§ Provided records
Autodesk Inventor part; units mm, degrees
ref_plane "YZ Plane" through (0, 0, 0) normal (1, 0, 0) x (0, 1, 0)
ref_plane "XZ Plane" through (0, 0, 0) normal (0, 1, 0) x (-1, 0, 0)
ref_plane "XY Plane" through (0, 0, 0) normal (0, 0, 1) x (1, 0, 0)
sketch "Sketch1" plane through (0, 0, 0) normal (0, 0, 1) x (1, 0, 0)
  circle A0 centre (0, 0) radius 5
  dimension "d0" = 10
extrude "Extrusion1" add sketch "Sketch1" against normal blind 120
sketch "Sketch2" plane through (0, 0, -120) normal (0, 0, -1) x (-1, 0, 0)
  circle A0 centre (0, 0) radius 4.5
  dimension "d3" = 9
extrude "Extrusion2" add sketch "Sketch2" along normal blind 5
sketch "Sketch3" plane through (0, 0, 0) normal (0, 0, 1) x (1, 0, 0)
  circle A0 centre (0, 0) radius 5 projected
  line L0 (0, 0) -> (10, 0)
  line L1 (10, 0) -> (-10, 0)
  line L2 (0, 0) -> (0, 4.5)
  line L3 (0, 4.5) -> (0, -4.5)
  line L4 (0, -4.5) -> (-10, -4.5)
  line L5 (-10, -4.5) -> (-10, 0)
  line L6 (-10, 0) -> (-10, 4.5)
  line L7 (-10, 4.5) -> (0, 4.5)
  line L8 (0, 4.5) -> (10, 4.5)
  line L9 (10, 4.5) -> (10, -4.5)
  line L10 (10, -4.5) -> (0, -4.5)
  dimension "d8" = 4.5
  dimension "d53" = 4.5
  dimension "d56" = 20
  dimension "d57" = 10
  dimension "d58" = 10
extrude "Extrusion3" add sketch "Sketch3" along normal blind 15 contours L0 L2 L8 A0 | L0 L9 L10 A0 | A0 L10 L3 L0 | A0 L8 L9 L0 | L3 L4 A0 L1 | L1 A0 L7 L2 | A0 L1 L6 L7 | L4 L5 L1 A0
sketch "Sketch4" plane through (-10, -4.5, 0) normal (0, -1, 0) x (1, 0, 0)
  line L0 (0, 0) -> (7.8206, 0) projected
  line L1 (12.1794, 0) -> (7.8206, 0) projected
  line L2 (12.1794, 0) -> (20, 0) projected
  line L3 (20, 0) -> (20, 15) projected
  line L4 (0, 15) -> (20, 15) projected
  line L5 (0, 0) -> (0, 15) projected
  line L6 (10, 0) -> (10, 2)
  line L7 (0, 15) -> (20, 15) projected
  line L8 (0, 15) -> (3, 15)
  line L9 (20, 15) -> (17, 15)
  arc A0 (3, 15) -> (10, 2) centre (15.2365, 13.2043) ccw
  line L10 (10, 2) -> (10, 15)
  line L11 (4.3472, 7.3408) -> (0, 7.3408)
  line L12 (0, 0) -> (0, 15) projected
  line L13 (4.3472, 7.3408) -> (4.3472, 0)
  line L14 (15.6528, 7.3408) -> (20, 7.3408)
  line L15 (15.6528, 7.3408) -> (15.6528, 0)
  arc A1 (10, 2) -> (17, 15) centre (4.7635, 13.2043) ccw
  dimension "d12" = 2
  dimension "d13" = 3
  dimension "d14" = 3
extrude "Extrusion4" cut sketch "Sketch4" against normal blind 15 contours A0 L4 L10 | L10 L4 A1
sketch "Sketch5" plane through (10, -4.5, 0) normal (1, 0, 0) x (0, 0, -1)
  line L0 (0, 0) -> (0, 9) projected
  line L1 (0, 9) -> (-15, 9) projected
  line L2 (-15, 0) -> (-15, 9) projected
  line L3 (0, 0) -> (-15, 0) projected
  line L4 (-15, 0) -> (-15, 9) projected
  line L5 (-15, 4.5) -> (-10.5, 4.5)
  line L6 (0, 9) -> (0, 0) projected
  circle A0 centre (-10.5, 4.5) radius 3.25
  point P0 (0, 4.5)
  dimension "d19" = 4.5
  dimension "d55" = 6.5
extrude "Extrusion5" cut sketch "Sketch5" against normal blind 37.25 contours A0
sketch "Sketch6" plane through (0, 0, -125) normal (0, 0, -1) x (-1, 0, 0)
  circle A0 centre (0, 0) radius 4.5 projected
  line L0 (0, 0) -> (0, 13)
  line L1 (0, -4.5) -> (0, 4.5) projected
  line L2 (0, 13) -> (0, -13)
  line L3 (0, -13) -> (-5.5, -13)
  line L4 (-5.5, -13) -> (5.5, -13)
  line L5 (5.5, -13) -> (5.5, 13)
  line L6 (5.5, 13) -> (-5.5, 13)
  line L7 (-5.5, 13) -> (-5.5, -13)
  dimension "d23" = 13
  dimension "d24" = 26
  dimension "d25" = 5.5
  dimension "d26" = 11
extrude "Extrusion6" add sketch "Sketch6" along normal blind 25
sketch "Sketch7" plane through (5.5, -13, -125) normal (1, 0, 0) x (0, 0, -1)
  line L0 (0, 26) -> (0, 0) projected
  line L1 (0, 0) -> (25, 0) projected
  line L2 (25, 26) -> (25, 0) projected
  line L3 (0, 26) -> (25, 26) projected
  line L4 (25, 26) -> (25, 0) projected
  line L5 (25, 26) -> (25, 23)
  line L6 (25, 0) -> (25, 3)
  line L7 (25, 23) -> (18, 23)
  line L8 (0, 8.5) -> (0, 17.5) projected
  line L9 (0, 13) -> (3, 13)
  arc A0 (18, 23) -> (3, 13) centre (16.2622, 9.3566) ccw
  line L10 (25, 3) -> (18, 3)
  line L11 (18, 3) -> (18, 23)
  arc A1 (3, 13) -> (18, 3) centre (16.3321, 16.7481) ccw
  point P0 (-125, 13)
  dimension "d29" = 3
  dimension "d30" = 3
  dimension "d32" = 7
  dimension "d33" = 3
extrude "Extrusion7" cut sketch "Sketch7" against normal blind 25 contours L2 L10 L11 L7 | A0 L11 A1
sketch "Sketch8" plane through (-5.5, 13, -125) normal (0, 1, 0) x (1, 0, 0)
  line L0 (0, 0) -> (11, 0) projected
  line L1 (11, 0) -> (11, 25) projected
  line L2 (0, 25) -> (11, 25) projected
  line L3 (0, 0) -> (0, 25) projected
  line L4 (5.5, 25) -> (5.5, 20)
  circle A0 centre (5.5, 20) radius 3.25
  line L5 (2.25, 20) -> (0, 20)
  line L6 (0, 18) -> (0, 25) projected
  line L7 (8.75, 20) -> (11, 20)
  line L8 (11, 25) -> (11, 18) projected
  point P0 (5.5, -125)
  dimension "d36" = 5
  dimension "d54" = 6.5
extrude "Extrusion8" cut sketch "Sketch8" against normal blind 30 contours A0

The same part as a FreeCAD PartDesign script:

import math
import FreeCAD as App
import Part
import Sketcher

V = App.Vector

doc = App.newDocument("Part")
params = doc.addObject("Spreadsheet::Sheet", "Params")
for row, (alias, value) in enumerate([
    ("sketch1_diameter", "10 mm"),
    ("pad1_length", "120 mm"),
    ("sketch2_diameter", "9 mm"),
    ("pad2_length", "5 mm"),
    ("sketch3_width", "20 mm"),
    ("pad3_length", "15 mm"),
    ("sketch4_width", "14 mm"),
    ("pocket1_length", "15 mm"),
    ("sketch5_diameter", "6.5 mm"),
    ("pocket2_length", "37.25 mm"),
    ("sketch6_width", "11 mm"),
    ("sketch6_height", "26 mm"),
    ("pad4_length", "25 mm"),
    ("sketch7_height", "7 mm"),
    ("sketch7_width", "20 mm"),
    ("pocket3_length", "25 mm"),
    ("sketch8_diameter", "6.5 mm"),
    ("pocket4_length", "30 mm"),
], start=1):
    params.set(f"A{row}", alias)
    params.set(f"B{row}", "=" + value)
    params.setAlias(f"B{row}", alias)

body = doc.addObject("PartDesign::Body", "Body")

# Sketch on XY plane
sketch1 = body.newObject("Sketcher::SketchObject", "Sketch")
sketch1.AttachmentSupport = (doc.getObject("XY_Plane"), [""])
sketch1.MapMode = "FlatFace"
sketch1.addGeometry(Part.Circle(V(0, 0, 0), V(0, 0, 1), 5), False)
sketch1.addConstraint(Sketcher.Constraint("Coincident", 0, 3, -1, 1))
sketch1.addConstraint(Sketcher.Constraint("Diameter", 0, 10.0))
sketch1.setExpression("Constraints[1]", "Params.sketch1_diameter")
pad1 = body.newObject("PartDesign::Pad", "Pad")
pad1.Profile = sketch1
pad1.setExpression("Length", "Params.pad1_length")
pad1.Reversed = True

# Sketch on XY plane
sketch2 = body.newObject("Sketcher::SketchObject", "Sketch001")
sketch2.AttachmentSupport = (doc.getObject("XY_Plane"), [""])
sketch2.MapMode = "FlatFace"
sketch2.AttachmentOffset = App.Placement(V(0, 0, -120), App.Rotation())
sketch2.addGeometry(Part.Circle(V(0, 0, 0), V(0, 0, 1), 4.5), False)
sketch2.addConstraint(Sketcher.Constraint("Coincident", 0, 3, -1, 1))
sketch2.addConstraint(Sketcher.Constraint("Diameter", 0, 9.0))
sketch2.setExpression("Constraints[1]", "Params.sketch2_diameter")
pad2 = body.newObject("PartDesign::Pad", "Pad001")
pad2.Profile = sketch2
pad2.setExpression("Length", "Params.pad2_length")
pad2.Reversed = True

§ Exercise objective
Copy, exactly and only, the lines above that begin with the one containing "line L6 (-10, 0) -> (-10, 4.5)" and finish with the one containing "line L7 (0, 15) -> (20, 15) projected".

§ Task solution
  line L6 (-10, 0) -> (-10, 4.5)
  line L7 (-10, 4.5) -> (0, 4.5)
  line L8 (0, 4.5) -> (10, 4.5)
  line L9 (10, 4.5) -> (10, -4.5)
  line L10 (10, -4.5) -> (0, -4.5)
  dimension "d8" = 4.5
  dimension "d53" = 4.5
  dimension "d56" = 20
  dimension "d57" = 10
  dimension "d58" = 10
extrude "Extrusion3" add sketch "Sketch3" along normal blind 15 contours L0 L2 L8 A0 | L0 L9 L10 A0 | A0 L10 L3 L0 | A0 L8 L9 L0 | L3 L4 A0 L1 | L1 A0 L7 L2 | A0 L1 L6 L7 | L4 L5 L1 A0
sketch "Sketch4" plane through (-10, -4.5, 0) normal (0, -1, 0) x (1, 0, 0)
  line L0 (0, 0) -> (7.8206, 0) projected
  line L1 (12.1794, 0) -> (7.8206, 0) projected
  line L2 (12.1794, 0) -> (20, 0) projected
  line L3 (20, 0) -> (20, 15) projected
  line L4 (0, 15) -> (20, 15) projected
  line L5 (0, 0) -> (0, 15) projected
  line L6 (10, 0) -> (10, 2)
  line L7 (0, 15) -> (20, 15) projected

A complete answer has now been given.